SUPPLIED MATERIAL:
********************

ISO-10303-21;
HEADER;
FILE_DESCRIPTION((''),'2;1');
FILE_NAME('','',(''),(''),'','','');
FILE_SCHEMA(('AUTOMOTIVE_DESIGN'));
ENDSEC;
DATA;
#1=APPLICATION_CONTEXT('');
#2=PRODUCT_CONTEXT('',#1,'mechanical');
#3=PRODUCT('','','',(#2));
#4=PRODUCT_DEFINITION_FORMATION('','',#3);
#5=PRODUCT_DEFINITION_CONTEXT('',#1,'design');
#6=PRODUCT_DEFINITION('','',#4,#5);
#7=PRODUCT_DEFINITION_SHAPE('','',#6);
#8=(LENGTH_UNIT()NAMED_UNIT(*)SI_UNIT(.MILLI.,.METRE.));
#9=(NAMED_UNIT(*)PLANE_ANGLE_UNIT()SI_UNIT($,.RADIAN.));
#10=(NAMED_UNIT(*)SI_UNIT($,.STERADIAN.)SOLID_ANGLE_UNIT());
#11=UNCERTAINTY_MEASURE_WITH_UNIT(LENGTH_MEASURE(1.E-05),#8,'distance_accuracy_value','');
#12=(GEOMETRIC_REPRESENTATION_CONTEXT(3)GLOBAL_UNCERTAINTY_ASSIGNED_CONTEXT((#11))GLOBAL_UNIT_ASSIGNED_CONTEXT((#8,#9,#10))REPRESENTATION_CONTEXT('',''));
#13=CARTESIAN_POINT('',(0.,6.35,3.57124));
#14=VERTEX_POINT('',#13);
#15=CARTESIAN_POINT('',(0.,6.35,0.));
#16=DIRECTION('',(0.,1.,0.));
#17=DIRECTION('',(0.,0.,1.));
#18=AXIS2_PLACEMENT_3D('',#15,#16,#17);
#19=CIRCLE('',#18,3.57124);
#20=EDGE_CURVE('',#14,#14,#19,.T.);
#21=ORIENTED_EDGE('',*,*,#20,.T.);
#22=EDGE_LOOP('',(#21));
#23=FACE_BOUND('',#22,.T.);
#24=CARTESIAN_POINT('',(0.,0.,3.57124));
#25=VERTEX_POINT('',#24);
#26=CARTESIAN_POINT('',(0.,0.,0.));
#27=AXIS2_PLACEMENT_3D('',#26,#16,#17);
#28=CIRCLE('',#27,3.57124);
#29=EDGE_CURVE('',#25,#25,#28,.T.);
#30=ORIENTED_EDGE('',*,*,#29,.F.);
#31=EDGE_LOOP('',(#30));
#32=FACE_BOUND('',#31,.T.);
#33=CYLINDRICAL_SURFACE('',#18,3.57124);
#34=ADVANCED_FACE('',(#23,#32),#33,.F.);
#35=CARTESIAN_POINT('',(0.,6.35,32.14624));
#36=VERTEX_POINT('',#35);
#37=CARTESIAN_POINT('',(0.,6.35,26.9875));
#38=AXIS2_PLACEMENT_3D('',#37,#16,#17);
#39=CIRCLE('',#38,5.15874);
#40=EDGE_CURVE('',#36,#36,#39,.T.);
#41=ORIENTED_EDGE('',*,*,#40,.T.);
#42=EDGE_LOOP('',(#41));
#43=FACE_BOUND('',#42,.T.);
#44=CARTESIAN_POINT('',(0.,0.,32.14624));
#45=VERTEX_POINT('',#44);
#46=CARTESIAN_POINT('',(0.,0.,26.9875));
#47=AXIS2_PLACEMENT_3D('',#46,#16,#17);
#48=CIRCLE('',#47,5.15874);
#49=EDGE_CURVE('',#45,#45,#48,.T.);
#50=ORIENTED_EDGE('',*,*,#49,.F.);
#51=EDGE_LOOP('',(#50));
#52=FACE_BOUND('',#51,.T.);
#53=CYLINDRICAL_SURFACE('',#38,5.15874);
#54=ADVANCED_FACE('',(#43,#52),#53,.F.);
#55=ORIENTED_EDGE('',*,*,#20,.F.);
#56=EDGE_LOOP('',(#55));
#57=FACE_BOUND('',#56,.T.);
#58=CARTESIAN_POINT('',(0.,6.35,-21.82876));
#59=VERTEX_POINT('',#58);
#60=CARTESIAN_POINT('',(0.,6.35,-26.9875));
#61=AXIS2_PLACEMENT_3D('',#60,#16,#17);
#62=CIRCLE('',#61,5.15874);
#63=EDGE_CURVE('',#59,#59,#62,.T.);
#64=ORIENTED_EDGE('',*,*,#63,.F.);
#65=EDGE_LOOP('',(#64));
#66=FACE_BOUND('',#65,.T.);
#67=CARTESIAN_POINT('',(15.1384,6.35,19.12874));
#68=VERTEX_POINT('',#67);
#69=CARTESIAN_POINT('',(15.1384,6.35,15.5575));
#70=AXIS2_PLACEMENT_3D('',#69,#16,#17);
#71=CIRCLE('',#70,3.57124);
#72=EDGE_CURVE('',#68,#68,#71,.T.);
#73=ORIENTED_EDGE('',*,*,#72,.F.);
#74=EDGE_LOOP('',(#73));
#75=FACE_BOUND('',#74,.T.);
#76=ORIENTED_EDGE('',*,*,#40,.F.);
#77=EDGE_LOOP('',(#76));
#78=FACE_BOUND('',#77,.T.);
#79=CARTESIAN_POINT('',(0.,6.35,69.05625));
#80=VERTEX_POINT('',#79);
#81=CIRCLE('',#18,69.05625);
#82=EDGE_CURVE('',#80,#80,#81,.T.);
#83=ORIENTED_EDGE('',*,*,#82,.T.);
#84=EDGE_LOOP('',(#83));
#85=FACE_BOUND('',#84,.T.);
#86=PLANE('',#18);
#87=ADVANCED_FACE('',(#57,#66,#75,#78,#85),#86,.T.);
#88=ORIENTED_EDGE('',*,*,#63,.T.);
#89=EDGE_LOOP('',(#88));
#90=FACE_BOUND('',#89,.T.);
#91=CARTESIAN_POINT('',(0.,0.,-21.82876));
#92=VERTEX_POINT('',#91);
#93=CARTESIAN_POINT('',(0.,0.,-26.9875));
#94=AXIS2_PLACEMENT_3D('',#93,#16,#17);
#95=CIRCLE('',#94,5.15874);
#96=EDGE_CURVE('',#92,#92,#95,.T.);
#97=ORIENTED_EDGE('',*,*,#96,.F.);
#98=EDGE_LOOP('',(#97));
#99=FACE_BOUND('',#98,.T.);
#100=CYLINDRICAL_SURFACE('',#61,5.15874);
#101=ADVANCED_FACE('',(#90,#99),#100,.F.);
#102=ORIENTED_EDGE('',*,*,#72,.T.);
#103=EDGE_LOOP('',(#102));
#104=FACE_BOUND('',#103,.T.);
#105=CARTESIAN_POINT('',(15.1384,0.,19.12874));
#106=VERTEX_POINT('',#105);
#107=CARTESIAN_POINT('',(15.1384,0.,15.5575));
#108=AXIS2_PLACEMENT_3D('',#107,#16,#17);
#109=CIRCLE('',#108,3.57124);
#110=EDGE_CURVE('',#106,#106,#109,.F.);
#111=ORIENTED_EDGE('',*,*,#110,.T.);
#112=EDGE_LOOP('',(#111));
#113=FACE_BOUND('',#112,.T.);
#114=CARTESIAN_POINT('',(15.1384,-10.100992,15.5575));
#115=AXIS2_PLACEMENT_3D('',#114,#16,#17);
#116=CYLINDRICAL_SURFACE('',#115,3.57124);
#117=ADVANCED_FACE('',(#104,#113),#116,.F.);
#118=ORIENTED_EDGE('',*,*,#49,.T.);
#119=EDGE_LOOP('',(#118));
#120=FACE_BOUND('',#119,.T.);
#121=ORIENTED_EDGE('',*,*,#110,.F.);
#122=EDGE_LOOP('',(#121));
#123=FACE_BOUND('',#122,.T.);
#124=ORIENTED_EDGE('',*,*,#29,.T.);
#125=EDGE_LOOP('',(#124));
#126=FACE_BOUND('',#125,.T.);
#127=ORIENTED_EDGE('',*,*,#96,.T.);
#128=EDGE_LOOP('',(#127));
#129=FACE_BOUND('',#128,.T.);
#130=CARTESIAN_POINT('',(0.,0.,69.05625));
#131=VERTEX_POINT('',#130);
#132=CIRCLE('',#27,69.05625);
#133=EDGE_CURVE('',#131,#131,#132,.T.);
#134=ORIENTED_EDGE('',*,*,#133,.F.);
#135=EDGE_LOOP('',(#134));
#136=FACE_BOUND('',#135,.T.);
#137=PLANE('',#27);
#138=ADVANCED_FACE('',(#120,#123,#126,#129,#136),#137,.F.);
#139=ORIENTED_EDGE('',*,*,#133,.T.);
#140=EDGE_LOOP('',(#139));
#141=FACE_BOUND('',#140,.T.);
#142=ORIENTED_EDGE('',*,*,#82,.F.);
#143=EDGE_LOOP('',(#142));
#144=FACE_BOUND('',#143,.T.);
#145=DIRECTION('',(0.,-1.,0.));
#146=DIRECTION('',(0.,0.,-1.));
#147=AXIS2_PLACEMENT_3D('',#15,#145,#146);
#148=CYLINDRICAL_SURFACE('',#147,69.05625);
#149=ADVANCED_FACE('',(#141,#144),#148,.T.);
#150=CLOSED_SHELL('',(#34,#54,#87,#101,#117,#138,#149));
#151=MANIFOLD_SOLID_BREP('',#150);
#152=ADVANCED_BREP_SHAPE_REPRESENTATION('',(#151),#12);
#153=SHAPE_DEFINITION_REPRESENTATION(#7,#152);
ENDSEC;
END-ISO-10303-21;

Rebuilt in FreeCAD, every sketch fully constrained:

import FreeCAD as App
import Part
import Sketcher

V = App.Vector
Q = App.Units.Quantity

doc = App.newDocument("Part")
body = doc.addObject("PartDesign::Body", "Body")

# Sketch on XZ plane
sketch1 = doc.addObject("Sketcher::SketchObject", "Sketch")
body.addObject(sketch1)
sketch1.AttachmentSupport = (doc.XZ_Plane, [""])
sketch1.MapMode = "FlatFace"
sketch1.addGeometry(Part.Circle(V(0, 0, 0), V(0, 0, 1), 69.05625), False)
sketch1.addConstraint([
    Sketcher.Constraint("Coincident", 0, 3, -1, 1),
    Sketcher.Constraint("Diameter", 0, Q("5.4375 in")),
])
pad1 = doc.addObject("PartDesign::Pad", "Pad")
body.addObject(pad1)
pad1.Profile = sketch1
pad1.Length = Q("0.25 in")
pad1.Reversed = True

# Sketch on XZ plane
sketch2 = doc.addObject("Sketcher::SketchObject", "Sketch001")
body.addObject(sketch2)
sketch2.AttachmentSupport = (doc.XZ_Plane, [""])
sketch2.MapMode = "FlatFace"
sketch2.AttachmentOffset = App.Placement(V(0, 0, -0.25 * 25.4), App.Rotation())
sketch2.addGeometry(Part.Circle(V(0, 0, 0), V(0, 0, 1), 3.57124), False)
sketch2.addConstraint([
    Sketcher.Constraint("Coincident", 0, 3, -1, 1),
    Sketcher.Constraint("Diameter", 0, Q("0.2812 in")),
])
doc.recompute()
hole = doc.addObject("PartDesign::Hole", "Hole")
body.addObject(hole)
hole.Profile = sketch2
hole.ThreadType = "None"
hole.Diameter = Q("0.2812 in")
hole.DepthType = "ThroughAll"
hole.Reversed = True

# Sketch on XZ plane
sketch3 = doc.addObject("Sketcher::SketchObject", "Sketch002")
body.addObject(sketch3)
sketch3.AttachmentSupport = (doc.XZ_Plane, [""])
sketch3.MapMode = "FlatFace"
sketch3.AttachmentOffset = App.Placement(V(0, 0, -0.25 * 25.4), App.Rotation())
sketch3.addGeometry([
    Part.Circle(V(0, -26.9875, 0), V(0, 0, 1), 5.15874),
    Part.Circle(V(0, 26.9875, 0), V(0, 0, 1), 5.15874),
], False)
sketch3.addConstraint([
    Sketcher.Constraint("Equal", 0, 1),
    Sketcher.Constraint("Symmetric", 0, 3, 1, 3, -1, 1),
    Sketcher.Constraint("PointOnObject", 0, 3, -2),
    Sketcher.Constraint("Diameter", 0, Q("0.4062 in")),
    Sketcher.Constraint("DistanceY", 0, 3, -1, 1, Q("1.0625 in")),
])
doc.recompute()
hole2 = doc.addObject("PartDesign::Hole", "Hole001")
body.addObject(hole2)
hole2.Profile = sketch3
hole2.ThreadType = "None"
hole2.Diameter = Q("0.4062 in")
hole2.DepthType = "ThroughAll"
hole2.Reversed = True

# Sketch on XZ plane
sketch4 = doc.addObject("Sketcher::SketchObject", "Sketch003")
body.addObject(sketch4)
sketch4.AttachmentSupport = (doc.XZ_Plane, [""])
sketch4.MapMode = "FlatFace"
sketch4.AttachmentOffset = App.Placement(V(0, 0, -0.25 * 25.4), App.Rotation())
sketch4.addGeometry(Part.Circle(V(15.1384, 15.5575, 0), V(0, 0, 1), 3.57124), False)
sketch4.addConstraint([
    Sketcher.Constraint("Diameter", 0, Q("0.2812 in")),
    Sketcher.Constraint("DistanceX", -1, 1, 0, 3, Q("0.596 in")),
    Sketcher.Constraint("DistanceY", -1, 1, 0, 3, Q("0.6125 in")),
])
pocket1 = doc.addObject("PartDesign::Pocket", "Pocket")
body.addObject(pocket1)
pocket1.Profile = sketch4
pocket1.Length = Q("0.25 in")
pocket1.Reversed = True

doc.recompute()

********************

INSTRUCTIONS TO FOLLOW: Lines from the start of the records through the one containing "#14=VERTEX_POINT('',#13);" are what should be retyped, exactly and in full, both ends included.

ANSWER BOX:
ISO-10303-21;
HEADER;
FILE_DESCRIPTION((''),'2;1');
FILE_NAME('','',(''),(''),'','','');
FILE_SCHEMA(('AUTOMOTIVE_DESIGN'));
ENDSEC;
DATA;
#1=APPLICATION_CONTEXT('');
#2=PRODUCT_CONTEXT('',#1,'mechanical');
#3=PRODUCT('','','',(#2));
#4=PRODUCT_DEFINITION_FORMATION('','',#3);
#5=PRODUCT_DEFINITION_CONTEXT('',#1,'design');
#6=PRODUCT_DEFINITION('','',#4,#5);
#7=PRODUCT_DEFINITION_SHAPE('','',#6);
#8=(LENGTH_UNIT()NAMED_UNIT(*)SI_UNIT(.MILLI.,.METRE.));
#9=(NAMED_UNIT(*)PLANE_ANGLE_UNIT()SI_UNIT($,.RADIAN.));
#10=(NAMED_UNIT(*)SI_UNIT($,.STERADIAN.)SOLID_ANGLE_UNIT());
#11=UNCERTAINTY_MEASURE_WITH_UNIT(LENGTH_MEASURE(1.E-05),#8,'distance_accuracy_value','');
#12=(GEOMETRIC_REPRESENTATION_CONTEXT(3)GLOBAL_UNCERTAINTY_ASSIGNED_CONTEXT((#11))GLOBAL_UNIT_ASSIGNED_CONTEXT((#8,#9,#10))REPRESENTATION_CONTEXT('',''));
#13=CARTESIAN_POINT('',(0.,6.35,3.57124));
#14=VERTEX_POINT('',#13);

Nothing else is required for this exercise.